──────── Input records ────────

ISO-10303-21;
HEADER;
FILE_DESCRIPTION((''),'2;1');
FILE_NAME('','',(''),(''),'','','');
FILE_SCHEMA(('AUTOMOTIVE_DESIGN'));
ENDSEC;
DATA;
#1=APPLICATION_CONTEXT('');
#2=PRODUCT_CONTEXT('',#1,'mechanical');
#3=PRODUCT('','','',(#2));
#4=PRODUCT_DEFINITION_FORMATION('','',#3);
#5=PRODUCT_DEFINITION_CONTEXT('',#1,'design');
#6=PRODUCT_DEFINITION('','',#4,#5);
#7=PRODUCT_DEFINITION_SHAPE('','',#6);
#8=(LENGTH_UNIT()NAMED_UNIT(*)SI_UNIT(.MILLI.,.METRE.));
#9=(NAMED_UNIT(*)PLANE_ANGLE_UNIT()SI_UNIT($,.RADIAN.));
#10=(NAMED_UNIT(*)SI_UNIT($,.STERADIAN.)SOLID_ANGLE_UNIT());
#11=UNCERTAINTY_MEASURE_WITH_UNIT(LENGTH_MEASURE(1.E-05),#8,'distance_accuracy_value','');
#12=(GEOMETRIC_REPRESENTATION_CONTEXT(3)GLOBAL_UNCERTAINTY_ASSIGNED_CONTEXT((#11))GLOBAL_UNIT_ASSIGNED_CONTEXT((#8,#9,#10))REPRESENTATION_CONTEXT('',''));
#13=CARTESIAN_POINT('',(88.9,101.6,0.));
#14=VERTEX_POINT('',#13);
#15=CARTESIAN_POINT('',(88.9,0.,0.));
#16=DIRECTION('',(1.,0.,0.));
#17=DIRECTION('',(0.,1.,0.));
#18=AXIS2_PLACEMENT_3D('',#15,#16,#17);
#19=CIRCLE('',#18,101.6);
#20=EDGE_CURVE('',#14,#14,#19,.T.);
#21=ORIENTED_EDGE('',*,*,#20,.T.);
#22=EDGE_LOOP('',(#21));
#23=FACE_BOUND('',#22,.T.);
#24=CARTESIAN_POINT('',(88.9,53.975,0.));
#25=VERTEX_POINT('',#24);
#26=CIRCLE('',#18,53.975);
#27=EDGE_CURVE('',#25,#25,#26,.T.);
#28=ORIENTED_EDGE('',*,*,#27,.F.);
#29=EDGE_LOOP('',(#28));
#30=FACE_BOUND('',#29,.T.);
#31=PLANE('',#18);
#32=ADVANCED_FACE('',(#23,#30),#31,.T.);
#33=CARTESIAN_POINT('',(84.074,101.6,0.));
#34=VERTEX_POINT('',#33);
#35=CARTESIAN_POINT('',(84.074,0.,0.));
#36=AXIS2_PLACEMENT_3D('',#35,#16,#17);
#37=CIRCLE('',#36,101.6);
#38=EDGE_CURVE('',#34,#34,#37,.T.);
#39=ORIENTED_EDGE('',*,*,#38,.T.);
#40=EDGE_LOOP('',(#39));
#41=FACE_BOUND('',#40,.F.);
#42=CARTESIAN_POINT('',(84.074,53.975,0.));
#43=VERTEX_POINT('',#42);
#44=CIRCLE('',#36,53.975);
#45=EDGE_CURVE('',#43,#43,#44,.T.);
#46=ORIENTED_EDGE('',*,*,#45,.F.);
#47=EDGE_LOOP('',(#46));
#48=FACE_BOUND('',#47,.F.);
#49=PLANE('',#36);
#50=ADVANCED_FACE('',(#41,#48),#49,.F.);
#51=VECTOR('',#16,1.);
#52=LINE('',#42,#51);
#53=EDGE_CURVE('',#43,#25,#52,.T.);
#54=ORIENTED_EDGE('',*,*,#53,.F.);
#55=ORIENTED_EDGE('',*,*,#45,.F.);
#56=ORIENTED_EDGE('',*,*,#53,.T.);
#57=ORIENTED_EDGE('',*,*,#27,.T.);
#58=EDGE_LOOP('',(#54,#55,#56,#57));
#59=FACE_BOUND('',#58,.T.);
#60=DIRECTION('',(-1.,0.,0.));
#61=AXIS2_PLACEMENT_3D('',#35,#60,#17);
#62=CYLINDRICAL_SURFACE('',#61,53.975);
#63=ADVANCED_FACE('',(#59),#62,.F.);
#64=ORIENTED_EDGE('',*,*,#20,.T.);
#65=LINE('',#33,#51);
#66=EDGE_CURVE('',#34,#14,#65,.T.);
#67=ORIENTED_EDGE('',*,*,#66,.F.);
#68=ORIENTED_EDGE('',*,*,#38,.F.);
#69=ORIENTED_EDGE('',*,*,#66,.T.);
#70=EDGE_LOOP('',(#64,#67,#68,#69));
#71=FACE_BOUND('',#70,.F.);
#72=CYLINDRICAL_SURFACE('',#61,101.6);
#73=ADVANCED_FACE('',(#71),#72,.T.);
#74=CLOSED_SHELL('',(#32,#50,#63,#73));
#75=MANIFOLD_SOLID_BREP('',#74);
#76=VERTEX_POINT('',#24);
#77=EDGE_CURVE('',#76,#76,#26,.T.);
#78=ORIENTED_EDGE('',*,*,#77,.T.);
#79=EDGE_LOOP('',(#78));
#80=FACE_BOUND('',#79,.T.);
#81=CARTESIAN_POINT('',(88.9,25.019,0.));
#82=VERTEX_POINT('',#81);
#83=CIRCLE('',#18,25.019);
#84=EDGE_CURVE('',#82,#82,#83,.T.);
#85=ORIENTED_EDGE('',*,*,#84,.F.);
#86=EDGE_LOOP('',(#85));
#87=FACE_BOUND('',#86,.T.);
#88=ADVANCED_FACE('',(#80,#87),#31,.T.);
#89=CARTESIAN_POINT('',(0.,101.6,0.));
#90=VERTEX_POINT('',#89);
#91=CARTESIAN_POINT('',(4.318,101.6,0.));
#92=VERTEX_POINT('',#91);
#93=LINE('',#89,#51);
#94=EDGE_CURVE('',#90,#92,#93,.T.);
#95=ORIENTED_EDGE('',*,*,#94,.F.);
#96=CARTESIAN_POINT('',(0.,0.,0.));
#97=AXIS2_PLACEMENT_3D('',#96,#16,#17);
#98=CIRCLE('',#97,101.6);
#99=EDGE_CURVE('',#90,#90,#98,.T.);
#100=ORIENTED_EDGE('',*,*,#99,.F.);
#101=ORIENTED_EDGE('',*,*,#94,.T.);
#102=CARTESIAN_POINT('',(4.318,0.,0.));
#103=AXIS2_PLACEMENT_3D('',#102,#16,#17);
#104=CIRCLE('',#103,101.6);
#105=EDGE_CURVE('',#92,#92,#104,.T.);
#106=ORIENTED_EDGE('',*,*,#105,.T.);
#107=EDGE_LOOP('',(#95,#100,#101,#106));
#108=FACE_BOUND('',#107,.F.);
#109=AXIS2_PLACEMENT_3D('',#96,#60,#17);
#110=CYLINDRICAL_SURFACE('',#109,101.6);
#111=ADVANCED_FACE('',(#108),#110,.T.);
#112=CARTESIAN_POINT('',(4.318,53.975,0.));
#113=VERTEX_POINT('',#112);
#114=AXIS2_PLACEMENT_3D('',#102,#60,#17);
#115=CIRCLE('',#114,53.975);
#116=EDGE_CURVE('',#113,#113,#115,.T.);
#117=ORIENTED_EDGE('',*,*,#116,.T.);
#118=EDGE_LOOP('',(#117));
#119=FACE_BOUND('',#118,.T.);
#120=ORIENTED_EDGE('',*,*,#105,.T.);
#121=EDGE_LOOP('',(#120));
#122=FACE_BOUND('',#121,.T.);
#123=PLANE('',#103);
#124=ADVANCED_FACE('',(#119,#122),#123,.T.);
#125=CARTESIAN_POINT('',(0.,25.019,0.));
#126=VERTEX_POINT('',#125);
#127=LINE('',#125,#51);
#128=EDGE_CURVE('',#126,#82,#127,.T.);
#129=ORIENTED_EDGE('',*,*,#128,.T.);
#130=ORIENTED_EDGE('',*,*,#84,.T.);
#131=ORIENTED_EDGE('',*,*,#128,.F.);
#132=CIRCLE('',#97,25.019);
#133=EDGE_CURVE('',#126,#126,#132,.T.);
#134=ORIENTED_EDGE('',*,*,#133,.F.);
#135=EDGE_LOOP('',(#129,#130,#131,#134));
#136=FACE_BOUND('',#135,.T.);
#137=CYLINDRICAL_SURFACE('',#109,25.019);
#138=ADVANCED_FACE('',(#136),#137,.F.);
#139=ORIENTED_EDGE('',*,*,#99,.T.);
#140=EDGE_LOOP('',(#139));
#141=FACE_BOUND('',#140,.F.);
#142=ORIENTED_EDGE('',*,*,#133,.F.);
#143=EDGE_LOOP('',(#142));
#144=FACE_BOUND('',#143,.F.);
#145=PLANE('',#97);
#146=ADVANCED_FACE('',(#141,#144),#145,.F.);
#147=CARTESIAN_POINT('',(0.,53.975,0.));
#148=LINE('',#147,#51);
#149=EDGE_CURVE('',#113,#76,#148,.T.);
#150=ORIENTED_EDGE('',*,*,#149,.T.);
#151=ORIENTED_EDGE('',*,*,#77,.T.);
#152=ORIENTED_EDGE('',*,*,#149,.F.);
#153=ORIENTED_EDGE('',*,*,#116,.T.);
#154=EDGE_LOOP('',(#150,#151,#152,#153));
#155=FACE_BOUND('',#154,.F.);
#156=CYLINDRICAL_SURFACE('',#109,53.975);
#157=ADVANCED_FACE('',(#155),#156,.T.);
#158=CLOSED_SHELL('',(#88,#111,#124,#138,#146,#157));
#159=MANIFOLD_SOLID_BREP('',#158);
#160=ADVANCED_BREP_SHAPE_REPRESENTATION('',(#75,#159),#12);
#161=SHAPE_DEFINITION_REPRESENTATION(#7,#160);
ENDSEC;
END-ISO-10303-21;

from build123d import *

# Parameters (mm, degrees)
F0_R     = 101.6
F0_R_2   = 53.975
F0_R_3   = 25.019
F1_DEPTH = 4.318
F2_DEPTH = 88.9
F3_START = 84.074
F3_DEPTH = 4.826


with BuildPart() as f1:
    # F0 (on Right) → F1 (new body)
    with BuildSketch(Plane.YZ):
        Circle(F0_R)
        Circle(F0_R_2, mode=Mode.SUBTRACT)
        Circle(F0_R_2)
        Circle(F0_R_3, mode=Mode.SUBTRACT)
    extrude(amount=F1_DEPTH)

    # F0 (on Right) → F2 (join)
    with BuildSketch(Plane.YZ):
        Circle(F0_R_2)
        Circle(F0_R_3, mode=Mode.SUBTRACT)
    extrude(amount=F2_DEPTH)


with BuildPart() as f3:
    # F0 (on Right) → F3 (new body)
    with BuildSketch(Plane.YZ.offset(F3_START)):
        Circle(F0_R)
        Circle(F0_R_2, mode=Mode.SUBTRACT)
    extrude(amount=F3_DEPTH)


solid = Compound([f1.part, f3.part])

────────

**Assignment:** Give the lines again, exactly as they stand, from the beginning of the data through the line with "#28=ORIENTED_EDGE('',*,*,#27,.F.);".

**Output of the exercise:**
ISO-10303-21;
HEADER;
FILE_DESCRIPTION((''),'2;1');
FILE_NAME('','',(''),(''),'','','');
FILE_SCHEMA(('AUTOMOTIVE_DESIGN'));
ENDSEC;
DATA;
#1=APPLICATION_CONTEXT('');
#2=PRODUCT_CONTEXT('',#1,'mechanical');
#3=PRODUCT('','','',(#2));
#4=PRODUCT_DEFINITION_FORMATION('','',#3);
#5=PRODUCT_DEFINITION_CONTEXT('',#1,'design');
#6=PRODUCT_DEFINITION('','',#4,#5);
#7=PRODUCT_DEFINITION_SHAPE('','',#6);
#8=(LENGTH_UNIT()NAMED_UNIT(*)SI_UNIT(.MILLI.,.METRE.));
#9=(NAMED_UNIT(*)PLANE_ANGLE_UNIT()SI_UNIT($,.RADIAN.));
#10=(NAMED_UNIT(*)SI_UNIT($,.STERADIAN.)SOLID_ANGLE_UNIT());
#11=UNCERTAINTY_MEASURE_WITH_UNIT(LENGTH_MEASURE(1.E-05),#8,'distance_accuracy_value','');
#12=(GEOMETRIC_REPRESENTATION_CONTEXT(3)GLOBAL_UNCERTAINTY_ASSIGNED_CONTEXT((#11))GLOBAL_UNIT_ASSIGNED_CONTEXT((#8,#9,#10))REPRESENTATION_CONTEXT('',''));
#13=CARTESIAN_POINT('',(88.9,101.6,0.));
#14=VERTEX_POINT('',#13);
#15=CARTESIAN_POINT('',(88.9,0.,0.));
#16=DIRECTION('',(1.,0.,0.));
#17=DIRECTION('',(0.,1.,0.));
#18=AXIS2_PLACEMENT_3D('',#15,#16,#17);
#19=CIRCLE('',#18,101.6);
#20=EDGE_CURVE('',#14,#14,#19,.T.);
#21=ORIENTED_EDGE('',*,*,#20,.T.);
#22=EDGE_LOOP('',(#21));
#23=FACE_BOUND('',#22,.T.);
#24=CARTESIAN_POINT('',(88.9,53.975,0.));
#25=VERTEX_POINT('',#24);
#26=CIRCLE('',#18,53.975);
#27=EDGE_CURVE('',#25,#25,#26,.T.);
#28=ORIENTED_EDGE('',*,*,#27,.F.);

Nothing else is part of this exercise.